Exercise goal.
Copy each line from the listing below where the word "taraudé" shows up.
--- START ---
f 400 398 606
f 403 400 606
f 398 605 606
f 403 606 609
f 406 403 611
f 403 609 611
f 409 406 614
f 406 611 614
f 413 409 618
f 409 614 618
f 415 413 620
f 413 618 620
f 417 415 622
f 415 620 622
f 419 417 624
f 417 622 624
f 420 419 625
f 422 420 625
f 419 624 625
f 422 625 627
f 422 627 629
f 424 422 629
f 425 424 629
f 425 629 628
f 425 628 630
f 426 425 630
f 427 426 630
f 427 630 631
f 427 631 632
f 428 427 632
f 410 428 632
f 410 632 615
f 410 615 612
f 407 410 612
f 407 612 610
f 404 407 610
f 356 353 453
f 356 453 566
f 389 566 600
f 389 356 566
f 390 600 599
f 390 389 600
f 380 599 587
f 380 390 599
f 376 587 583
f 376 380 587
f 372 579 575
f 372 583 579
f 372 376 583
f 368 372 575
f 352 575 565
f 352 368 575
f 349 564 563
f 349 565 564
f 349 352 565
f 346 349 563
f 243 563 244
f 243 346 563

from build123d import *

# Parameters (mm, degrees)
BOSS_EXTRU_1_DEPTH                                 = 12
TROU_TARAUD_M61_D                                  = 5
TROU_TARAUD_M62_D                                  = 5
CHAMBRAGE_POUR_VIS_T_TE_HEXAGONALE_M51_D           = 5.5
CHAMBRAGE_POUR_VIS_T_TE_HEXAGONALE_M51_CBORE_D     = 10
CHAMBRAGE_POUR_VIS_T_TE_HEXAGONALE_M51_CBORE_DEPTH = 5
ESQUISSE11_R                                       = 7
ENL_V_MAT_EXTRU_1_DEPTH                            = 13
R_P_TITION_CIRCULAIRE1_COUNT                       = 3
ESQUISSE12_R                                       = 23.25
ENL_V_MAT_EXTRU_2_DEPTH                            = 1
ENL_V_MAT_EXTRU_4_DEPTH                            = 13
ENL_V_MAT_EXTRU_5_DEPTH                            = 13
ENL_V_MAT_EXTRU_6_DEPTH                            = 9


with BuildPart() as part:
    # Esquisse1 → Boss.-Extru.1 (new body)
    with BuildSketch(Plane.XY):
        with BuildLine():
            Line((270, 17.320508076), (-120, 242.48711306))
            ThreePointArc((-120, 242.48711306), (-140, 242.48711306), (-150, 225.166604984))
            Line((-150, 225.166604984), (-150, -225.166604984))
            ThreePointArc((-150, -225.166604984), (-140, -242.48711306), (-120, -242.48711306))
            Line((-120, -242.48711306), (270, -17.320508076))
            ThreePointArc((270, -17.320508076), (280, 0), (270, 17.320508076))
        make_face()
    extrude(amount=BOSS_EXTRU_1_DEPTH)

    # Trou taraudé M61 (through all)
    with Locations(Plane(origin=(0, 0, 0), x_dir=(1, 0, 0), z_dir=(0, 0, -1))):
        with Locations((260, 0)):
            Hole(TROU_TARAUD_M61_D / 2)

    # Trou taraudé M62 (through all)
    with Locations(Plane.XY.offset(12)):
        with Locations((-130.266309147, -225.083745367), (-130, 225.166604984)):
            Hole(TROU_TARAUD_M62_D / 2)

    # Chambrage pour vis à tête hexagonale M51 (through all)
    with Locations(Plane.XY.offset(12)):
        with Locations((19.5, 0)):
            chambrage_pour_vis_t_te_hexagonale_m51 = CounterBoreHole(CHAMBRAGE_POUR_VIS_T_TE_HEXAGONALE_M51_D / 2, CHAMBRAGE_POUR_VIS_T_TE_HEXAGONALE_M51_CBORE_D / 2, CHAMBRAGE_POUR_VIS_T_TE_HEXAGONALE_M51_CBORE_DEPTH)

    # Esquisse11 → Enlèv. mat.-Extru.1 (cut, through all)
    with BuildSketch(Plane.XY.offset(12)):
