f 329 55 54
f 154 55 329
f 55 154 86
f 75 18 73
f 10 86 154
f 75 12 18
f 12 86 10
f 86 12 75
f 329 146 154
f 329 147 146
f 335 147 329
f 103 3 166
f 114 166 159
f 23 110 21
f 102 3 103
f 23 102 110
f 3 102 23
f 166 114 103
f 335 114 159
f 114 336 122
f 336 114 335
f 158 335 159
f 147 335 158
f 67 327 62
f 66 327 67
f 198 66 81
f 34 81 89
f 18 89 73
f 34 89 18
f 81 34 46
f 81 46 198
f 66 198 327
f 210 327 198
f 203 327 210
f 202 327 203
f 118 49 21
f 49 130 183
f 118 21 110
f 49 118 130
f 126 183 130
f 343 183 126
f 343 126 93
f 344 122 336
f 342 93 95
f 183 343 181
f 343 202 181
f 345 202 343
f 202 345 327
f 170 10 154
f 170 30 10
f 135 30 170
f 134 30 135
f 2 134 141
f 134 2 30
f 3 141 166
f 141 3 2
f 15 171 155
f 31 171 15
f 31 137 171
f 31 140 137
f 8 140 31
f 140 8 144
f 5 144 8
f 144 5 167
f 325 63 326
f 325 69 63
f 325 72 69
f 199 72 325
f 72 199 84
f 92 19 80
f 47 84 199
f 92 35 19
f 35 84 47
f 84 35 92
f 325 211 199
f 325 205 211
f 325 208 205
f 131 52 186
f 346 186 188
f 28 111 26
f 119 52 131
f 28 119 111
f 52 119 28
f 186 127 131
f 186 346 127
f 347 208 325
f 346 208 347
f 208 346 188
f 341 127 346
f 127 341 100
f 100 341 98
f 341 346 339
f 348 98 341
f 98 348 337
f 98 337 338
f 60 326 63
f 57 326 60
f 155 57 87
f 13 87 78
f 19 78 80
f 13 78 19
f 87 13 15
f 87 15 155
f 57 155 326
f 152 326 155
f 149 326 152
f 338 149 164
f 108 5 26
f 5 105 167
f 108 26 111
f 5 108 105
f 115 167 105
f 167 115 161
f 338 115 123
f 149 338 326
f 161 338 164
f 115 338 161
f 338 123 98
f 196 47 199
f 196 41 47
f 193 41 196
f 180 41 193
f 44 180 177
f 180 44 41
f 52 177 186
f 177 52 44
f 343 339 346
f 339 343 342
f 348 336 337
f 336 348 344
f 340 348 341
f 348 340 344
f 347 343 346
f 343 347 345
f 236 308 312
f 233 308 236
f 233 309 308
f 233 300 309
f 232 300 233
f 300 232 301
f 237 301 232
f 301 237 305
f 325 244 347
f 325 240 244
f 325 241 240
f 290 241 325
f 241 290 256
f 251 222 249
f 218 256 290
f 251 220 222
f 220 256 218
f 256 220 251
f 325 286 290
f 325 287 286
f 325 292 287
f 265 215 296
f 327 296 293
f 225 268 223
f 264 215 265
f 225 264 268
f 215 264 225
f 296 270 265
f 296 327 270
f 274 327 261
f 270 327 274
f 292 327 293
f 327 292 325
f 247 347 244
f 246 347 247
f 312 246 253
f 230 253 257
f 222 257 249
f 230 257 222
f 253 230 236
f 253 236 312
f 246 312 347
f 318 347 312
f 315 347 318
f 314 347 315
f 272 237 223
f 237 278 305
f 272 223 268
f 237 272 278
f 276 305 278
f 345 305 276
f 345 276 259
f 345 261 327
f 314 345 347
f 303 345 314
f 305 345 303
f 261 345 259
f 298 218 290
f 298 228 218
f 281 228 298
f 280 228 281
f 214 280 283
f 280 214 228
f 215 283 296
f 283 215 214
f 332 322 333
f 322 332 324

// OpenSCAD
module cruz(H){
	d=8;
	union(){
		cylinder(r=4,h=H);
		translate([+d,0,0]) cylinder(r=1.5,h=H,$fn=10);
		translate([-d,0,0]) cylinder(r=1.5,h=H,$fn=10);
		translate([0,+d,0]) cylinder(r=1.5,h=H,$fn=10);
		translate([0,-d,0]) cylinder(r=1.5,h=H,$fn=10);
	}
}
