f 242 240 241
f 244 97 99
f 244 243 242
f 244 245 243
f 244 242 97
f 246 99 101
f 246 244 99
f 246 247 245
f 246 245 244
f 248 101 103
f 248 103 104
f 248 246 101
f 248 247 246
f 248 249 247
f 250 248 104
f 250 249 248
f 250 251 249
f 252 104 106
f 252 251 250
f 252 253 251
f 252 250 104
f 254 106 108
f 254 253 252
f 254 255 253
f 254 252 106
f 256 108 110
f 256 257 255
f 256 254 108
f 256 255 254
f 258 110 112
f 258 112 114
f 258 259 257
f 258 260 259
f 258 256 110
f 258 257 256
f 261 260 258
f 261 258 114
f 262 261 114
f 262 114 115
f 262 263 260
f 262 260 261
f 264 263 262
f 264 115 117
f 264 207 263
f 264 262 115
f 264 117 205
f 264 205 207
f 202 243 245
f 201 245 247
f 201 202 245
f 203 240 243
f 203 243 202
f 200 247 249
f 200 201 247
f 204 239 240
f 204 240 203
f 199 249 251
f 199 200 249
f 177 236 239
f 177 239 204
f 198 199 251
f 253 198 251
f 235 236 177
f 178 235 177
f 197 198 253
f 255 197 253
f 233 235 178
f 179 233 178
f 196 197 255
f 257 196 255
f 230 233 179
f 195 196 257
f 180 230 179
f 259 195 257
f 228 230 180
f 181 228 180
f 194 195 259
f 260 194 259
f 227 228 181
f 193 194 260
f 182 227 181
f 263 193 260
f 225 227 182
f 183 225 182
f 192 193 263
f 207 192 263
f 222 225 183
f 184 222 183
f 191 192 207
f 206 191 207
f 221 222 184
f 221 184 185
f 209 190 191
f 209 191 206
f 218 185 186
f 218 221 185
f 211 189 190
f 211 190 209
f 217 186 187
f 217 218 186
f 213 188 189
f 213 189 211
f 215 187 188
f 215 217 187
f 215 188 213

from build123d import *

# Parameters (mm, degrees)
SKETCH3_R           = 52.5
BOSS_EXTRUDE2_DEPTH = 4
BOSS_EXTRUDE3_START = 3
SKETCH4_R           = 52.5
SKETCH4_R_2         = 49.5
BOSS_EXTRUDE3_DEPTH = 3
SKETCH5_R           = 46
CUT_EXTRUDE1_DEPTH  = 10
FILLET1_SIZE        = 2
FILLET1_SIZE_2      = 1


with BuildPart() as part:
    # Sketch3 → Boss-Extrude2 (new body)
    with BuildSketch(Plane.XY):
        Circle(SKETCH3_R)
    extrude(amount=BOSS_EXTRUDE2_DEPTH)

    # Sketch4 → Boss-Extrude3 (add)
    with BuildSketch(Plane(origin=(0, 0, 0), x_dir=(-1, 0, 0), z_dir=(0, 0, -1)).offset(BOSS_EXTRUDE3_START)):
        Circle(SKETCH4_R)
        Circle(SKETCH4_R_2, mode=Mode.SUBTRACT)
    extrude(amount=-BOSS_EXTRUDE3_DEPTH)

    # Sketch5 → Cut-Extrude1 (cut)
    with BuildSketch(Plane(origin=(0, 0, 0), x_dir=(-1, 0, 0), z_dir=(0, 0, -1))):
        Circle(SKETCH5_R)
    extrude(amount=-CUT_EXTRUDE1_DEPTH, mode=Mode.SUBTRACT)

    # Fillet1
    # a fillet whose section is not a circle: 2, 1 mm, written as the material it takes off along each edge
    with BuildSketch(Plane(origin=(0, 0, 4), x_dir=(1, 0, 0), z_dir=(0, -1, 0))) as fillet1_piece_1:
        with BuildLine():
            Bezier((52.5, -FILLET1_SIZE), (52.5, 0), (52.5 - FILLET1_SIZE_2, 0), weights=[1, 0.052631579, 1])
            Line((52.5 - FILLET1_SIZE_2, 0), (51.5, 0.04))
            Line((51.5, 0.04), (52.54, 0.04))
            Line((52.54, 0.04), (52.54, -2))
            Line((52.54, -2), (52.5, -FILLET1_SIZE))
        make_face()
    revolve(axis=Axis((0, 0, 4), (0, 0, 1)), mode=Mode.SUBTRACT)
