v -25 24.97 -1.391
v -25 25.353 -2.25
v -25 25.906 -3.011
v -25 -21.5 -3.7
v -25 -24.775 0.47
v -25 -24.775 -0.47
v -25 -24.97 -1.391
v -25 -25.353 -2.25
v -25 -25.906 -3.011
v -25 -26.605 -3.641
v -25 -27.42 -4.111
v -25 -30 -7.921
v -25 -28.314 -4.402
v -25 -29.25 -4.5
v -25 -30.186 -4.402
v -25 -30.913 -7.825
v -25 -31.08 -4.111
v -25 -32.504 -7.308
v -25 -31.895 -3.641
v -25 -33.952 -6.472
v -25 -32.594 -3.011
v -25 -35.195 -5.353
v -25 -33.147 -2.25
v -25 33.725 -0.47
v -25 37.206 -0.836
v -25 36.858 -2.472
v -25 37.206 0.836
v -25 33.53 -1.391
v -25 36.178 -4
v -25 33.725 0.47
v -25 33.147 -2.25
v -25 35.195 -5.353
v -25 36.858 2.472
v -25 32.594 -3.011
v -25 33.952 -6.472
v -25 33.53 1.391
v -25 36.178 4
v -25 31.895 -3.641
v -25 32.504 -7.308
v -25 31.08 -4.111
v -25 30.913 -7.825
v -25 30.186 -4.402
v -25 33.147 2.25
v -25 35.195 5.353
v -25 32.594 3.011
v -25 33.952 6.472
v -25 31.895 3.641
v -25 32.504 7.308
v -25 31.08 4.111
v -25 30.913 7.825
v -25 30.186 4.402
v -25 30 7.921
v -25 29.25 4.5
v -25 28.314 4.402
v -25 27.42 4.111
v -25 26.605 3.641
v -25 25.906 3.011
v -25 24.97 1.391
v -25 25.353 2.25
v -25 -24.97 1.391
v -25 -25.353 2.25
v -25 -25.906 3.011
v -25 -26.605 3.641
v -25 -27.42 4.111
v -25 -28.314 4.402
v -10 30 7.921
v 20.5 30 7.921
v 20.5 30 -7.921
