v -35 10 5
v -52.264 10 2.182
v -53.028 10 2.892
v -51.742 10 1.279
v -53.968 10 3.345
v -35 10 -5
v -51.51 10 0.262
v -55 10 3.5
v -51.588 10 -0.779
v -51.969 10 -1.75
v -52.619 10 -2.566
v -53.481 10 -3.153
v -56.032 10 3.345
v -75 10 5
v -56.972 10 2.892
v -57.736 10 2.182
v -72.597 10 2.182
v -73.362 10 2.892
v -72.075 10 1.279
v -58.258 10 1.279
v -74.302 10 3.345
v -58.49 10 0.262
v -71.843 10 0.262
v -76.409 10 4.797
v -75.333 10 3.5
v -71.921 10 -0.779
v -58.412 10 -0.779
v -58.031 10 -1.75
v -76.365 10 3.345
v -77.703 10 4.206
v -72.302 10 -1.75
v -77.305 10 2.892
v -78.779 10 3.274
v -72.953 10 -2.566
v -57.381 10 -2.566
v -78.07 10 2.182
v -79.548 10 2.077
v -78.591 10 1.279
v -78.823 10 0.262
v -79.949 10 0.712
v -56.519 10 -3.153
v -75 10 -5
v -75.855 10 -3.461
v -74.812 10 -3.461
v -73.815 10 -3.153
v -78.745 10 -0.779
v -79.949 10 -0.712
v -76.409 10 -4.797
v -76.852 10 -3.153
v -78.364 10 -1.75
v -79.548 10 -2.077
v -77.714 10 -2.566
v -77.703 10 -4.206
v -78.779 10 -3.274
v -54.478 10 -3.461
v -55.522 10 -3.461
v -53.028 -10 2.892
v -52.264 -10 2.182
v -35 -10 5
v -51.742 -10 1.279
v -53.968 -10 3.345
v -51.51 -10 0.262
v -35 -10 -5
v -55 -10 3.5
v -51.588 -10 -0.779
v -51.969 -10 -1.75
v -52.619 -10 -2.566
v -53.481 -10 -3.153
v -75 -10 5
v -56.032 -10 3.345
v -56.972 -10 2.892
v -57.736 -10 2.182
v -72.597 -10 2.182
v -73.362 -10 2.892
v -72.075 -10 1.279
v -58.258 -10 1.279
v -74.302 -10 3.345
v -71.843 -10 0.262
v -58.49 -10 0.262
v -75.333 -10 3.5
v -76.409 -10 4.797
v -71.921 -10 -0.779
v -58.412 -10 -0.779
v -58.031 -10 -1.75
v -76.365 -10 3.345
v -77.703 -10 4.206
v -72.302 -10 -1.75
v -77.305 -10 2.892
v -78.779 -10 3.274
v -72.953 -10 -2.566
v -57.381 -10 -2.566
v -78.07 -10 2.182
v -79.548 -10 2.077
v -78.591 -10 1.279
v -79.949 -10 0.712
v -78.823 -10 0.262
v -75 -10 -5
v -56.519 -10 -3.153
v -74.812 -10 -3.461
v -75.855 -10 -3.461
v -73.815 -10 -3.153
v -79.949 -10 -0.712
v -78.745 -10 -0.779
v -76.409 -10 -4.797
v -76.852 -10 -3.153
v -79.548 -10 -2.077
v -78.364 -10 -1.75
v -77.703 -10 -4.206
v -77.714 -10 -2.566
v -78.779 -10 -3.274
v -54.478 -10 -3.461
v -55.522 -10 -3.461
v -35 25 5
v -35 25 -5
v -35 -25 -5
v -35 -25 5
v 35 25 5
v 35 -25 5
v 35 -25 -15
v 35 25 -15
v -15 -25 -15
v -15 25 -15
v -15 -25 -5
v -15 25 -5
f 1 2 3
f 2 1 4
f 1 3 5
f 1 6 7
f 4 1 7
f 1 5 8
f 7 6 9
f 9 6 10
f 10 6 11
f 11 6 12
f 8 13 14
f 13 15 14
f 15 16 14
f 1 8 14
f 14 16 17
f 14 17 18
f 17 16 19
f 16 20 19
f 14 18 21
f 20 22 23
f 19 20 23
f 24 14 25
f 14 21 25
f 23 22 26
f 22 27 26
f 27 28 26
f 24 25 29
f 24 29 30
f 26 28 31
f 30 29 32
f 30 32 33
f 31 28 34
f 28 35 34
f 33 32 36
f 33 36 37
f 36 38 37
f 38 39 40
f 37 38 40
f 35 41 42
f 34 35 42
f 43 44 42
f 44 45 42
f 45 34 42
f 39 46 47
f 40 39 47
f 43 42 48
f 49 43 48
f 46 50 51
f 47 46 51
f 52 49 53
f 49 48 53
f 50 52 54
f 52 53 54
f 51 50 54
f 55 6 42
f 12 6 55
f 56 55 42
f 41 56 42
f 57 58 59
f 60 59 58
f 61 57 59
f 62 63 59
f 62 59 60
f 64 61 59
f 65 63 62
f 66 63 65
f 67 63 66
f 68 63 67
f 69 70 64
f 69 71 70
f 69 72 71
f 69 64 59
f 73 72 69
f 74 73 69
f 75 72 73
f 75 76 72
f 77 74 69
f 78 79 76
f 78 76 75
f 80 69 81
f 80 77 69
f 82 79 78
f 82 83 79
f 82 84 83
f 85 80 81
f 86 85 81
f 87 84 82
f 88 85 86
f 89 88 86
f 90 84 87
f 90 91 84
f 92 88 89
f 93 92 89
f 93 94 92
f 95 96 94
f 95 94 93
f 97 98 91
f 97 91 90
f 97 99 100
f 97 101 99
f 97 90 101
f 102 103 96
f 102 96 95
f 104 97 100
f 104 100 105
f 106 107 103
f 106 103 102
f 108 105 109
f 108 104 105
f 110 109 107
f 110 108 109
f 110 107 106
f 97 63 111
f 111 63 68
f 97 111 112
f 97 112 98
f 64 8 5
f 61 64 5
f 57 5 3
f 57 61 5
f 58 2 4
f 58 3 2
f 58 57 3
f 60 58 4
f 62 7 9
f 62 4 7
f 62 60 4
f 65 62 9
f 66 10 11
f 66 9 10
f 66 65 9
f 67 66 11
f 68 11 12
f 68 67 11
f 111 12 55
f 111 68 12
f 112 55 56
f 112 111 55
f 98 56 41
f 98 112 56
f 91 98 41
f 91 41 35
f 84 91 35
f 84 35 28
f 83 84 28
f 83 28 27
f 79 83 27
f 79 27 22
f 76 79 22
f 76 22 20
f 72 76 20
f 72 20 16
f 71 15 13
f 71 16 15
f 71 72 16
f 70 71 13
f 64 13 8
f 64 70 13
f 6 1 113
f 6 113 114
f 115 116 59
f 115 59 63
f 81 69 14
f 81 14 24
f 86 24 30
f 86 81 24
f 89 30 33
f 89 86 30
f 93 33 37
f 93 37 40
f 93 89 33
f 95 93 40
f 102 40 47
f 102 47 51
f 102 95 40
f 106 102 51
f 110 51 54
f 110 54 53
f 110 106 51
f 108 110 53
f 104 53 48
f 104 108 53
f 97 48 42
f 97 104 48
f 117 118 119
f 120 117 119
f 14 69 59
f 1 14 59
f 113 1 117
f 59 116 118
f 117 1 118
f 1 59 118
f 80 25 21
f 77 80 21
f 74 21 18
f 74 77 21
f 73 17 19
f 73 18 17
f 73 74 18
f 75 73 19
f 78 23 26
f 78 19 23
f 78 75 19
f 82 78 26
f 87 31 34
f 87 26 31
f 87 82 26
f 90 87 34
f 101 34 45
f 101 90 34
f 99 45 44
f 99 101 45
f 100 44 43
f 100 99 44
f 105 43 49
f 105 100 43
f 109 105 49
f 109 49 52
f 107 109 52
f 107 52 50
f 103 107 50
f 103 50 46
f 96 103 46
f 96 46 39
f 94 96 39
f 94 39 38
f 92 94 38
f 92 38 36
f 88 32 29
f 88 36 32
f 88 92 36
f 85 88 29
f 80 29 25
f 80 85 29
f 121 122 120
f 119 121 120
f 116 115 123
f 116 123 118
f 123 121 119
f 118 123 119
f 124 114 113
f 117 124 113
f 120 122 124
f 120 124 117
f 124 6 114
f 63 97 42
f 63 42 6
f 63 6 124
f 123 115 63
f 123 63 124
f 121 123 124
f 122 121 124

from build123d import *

# Parameters (mm, degrees)
BOSS_EXTRUDE1_DEPTH      = 25
BOSS_EXTRUDE1_DEPTH_BACK = 25
SKETCH1_W                = 70
SKETCH1_H                = 10
BOSS_EXTRUDE2_DEPTH      = 10
BOSS_EXTRUDE2_DEPTH_BACK = 10
CUT_EXTRUDE1_DEPTH       = 19
CUT_EXTRUDE1_DEPTH_BACK  = 16
SKETCH3_R                = 3.5
SKETCH4_W                = 50
SKETCH4_H                = 50
BOSS_EXTRUDE3_DEPTH      = 15


with BuildPart() as part:
    # Sketch1 → Boss-Extrude1 (new, two sides: drawn at the far end of the back side and taken through both)
    with BuildSketch(Plane(origin=(0, 0, 0), x_dir=(1, 0, 0), z_dir=(0, 1, 0)).offset(-BOSS_EXTRUDE1_DEPTH_BACK)):
        Rectangle(SKETCH1_W, SKETCH1_H)
    extrude(amount=BOSS_EXTRUDE1_DEPTH + BOSS_EXTRUDE1_DEPTH_BACK)

    # Sketch2 → Boss-Extrude2 (add, two sides: drawn at the far end of the back side and taken through both)
    with BuildSketch(Plane(origin=(0, 0, 0), x_dir=(1, 0, 0), z_dir=(0, 1, 0)).offset(-BOSS_EXTRUDE2_DEPTH_BACK)):
        with BuildLine():
            Line((-75, 5), (-35, 5))
            Line((-35, 5), (-35, -5))
            Line((-35, -5), (-75, -5))
            ThreePointArc((-75, -5), (-80, 0), (-75, 5))
        make_face()
    extrude(amount=BOSS_EXTRUDE2_DEPTH + BOSS_EXTRUDE2_DEPTH_BACK)

    # Sketch3 → Cut-Extrude1 (cut, two sides: drawn at the far end of the back side and taken through both)
    with BuildSketch(Plane(origin=(0, 0, 0), x_dir=(1, 0, 0), z_dir=(0, 1, 0)).offset(-CUT_EXTRUDE1_DEPTH_BACK)):
        with Locations((-75.333177097, 0)):
            Circle(SKETCH3_R)
        with Locations((-55, 0)):
            Circle(SKETCH3_R)
    extrude(amount=CUT_EXTRUDE1_DEPTH + CUT_EXTRUDE1_DEPTH_BACK, mode=Mode.SUBTRACT)

    # Sketch4 → Boss-Extrude3 (add)
    with BuildSketch(Plane.XY):
        with Locations((10, 0)):
            Rectangle(SKETCH4_W, SKETCH4_H)
    extrude(amount=-BOSS_EXTRUDE3_DEPTH)


solid = part.part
--- END ---
Answer space.
    # Trou taraudé M61 (through all)
    # Trou taraudé M62 (through all)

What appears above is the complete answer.